Fig. 8. Transferred Foxp3⁺Tregs reduce hypothalamic immune activation induced by the HFHS diet and improve metabolic indices.

a Representative FACS plots for CD45^intCD11b⁺ microglia and CD45^hiCD11b⁺ infiltrating macrophages in brains from C57Bl/6J mice fed the HFHS diet for 2 weeks with or without peripheral Foxp3GFP⁺Treg transfer (i.v.). b Box-and-whisker plots (min-to-max values with single data points), for the frequencies of infiltrating macrophages of mice. n = 8 biological replicates from two independent experiments. Two-tailed unpaired t test, P = 0.0053. c–e Identification of frequencies of CD80⁺ (P = 0.0256), CD86⁺ (P = 0.1207) and MHCII⁺ (P = 0.8314) cells in CD45^intCD11b⁺ microglia. Box-and-whisker plots (min-to-max values with single data points). n = 6 biological replicates from two independent experiments. Two-tailed unpaired t test. f Frequencies of brain-residing CD4⁺CD62L^lowT cells. n = 6 biological replicates per group from two independent experiments. Box-and-whisker plots (min-to-max values with single data points). Two-tailed unpaired t test, p(hypothalamus) = 0.0004; P(rest brain) <0.0001. g, h Representative FACS plots (g) for the identification of activated CD4⁺CD44^hiT cells in mice with or without i.v. Treg transfer. h Quantification of (g). n = 6 biological replicates per group from two independent experiments. Box-and-whisker plots (min-to-max values with single data points). Two-tailed unpaired t test, P(hypothalamus) = 0.0024; P(rest brain) <0.0001. i, j ipGTT of mice fed a HFHSD for 4 weeks (wild-type C57Bl6J, i) or 8 weeks (wild-type Balb/c, j) that received vehicle or i.v. Treg transfers every 2 weeks. N = 4–6 biological replicates per group. Mean ± SD. Two-tailed unpaired t test, P(4 weeks) = 0.0531; P(8 weeks) <0.0001. Source data are provided as a Source Data file. *P < 0.05; **P < 0.01; ***P < 0.001; ****P < 0.0001.

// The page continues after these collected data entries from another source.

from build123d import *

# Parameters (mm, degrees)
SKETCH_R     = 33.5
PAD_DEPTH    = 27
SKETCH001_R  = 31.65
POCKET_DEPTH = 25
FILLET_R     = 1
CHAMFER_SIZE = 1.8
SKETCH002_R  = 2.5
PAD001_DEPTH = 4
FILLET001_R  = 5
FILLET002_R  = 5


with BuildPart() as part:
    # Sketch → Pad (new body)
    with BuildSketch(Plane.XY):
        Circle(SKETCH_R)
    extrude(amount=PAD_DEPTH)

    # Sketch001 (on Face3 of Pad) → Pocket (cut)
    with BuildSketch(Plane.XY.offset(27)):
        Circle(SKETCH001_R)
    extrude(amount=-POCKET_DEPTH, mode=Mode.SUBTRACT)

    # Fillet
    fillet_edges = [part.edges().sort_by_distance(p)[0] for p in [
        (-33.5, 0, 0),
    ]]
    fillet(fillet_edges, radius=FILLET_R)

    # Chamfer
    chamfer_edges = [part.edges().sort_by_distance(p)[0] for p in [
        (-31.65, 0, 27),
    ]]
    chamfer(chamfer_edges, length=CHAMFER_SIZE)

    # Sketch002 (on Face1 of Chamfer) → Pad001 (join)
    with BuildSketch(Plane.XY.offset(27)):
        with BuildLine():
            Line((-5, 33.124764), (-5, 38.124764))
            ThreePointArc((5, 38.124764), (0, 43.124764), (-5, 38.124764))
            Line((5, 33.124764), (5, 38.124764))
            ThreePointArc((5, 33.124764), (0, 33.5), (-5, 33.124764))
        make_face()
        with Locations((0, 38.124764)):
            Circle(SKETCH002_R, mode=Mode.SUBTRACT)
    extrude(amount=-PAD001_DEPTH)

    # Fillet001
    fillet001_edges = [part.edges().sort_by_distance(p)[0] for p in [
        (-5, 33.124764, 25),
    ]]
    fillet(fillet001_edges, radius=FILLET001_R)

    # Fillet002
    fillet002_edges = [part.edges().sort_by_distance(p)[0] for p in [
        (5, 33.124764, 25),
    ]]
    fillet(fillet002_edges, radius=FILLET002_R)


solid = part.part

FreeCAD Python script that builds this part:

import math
import FreeCAD as App
import Part
import Sketcher
from FreeCAD import Vector
Q = App.Units.Quantity


def edges_at(feature, points):
    """Names of the edges that pass closest to the given points."""
    edges = feature.Shape.Edges
    near = lambda p: min(range(len(edges)), key=lambda i: edges[i].distToShape(Part.Vertex(*p))[0])
    return sorted({f"Edge{near(p) + 1}" for p in points})

doc = App.newDocument("Part")
body = doc.addObject("PartDesign::Body", "Body")

# Sketch on XY plane
sketch1 = body.newObject("Sketcher::SketchObject", "Sketch")
sketch1.AttachmentSupport = (doc.getObject("XY_Plane"), [""])
sketch1.MapMode = "FlatFace"
sketch1.addGeometry(Part.Circle(Vector(0, 0, 0), Vector(0, 0, 1), 33.5), False)
sketch1.addConstraint(Sketcher.Constraint("Coincident", 0, 3, -1, 1))
sketch1.addConstraint(Sketcher.Constraint("Diameter", 0, Q("67 mm")))
pad1 = body.newObject("PartDesign::Pad", "Pad")
pad1.Profile = sketch1
pad1.Length = 27

# Sketch on XY plane
sketch2 = body.newObject("Sketcher::SketchObject", "Sketch001")
sketch2.AttachmentSupport = (doc.getObject("XY_Plane"), [""])
sketch2.MapMode = "FlatFace"
sketch2.AttachmentOffset = App.Placement(Vector(0, 0, 27), App.Rotation())
sketch2.addGeometry(Part.Circle(Vector(0, 0, 0), Vector(0, 0, 1), 31.65), False)
sketch2.addConstraint(Sketcher.Constraint("Coincident", 0, 3, -1, 1))
sketch2.addConstraint(Sketcher.Constraint("Diameter", 0, Q("63.3 mm")))
pocket1 = body.newObject("PartDesign::Pocket", "Pocket")
pocket1.Profile = sketch2
pocket1.Length = 25
doc.recompute()

fillet = body.newObject("PartDesign::Fillet", "Fillet")
fillet.Base = (pocket1, edges_at(pocket1, [(-33.5, 0, 0)]))
fillet.Radius = 1
doc.recompute()

chamfer = body.newObject("PartDesign::Chamfer", "Chamfer")
chamfer.Base = (fillet, edges_at(fillet, [(-31.65, 0, 27)]))
chamfer.Size = 1.8

# Sketch on XY plane
sketch3 = body.newObject("Sketcher::SketchObject", "Sketch002")
sketch3.AttachmentSupport = (doc.getObject("XY_Plane"), [""])
sketch3.MapMode = "FlatFace"
sketch3.AttachmentOffset = App.Placement(Vector(0, 0, 27), App.Rotation())
sketch3.addGeometry(Part.LineSegment(Vector(-5, 38.124764, 0), Vector(-5, 33.124764, 0)), False)
sketch3.addGeometry(Part.ArcOfCircle(Part.Circle(Vector(0, 0.000013, 0), Vector(0, 0, 1), 33.499987), math.radians(81.416315), math.radians(98.583685)), False)
sketch3.addGeometry(Part.LineSegment(Vector(5, 33.124764, 0), Vector(5, 38.124764, 0)), False)
sketch3.addGeometry(Part.ArcOfCircle(Part.Circle(Vector(0, 38.124764, 0), Vector(0, 0, 1), 5), math.radians(0), math.radians(180)), False)
sketch3.addGeometry(Part.Circle(Vector(0, 38.124764, 0), Vector(0, 0, 1), 2.5), False)
sketch3.addConstraint(Sketcher.Constraint("Coincident", 0, 2, 1, 2))
sketch3.addConstraint(Sketcher.Constraint("Coincident", 1, 1, 2, 1))
sketch3.addConstraint(Sketcher.Constraint("Tangent", 2, 2, 3, 1))
sketch3.addConstraint(Sketcher.Constraint("Tangent", 3, 2, 0, 1))
sketch3.addConstraint(Sketcher.Constraint("Vertical", 0))
sketch3.addConstraint(Sketcher.Constraint("Vertical", 2))
sketch3.addConstraint(Sketcher.Constraint("Coincident", 4, 3, 3, 3))
sketch3.addConstraint(Sketcher.Constraint("Symmetric", 0, 2, 1, 1, -2))
sketch3.addConstraint(Sketcher.Constraint("Diameter", 4, Q("5 mm")))
sketch3.addConstraint(Sketcher.Constraint("Radius", 3, Q("5 mm")))
sketch3.addConstraint(Sketcher.Constraint("DistanceY", 0, 2, 0, 1, Q("5 mm")))
sketch3.addConstraint(Sketcher.Constraint("Radius", 1, Q("33.499987 mm")))
sketch3.addConstraint(Sketcher.Constraint("DistanceY", -1, 1, 3, 3, Q("38.124764 mm")))
pad2 = body.newObject("PartDesign::Pad", "Pad001")
pad2.Profile = sketch3
pad2.Length = 4
pad2.Reversed = True
doc.recompute()

fillet2 = body.newObject("PartDesign::Fillet", "Fillet001")
fillet2.Base = (pad2, edges_at(pad2, [(-5, 33.125, 25)]))
fillet2.Radius = 5
doc.recompute()

fillet3 = body.newObject("PartDesign::Fillet", "Fillet002")
fillet3.Base = (fillet2, edges_at(fillet2, [(5, 33.125, 25)]))
fillet3.Radius = 5

doc.recompute()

Fig. 9. Transferred Foxp3⁺Tregs reduce hypothalamic immune activation induced by the HFHS diet and improve metabolic indices.

a Localization of transferred CD4⁺CD25^highFoxp3GFP⁺ Tregs after i.c. injection analyzed by fluorescence microscopy. Cryosections were stained for astrocytes (GFAP, red), nuclei (DAPI, blue) and GFP (transferred GFP+ Tregs, green). Localization of the i.c. transfer was shown in three independent experiments. Scale bar is 50 µm or 20 µm as indicated. b Representative FACS plots for CD45^intCD11b⁺ microglia and CD45^hiCD11b⁺ macrophages in brains from Balb/c mice fed the HFHS diet for 2 weeks. Prior to exposure to the HFHS diet, animals received i.c. Treg or cellular control transfers. c–f Frequencies of CD45^hiCD11b⁺ macrophages (c, P = 0.0307) and expression CD80⁺ (P = 0.0037), CD86⁺ (P < 0.0001), MHCII⁺ (P = 0.0040) cells in CD45^intCD11b⁺ microglia (d–f). n = 6 biological replicates from two independent experiments. Box-and-whisker plots (min-to-max values with single data points). Two-tailed unpaired t test. g ipGTT of mice that received either i.c. control T cells or Tregs and were fed a HFHS diet for 2 weeks. Mean ± SD. n = 3 biological replicates per group. Two-tailed unpaired t test. Source data are provided as a Source Data file. P < 0.05; **P < 0.01; ***P < 0.001; ****P < 0.0001.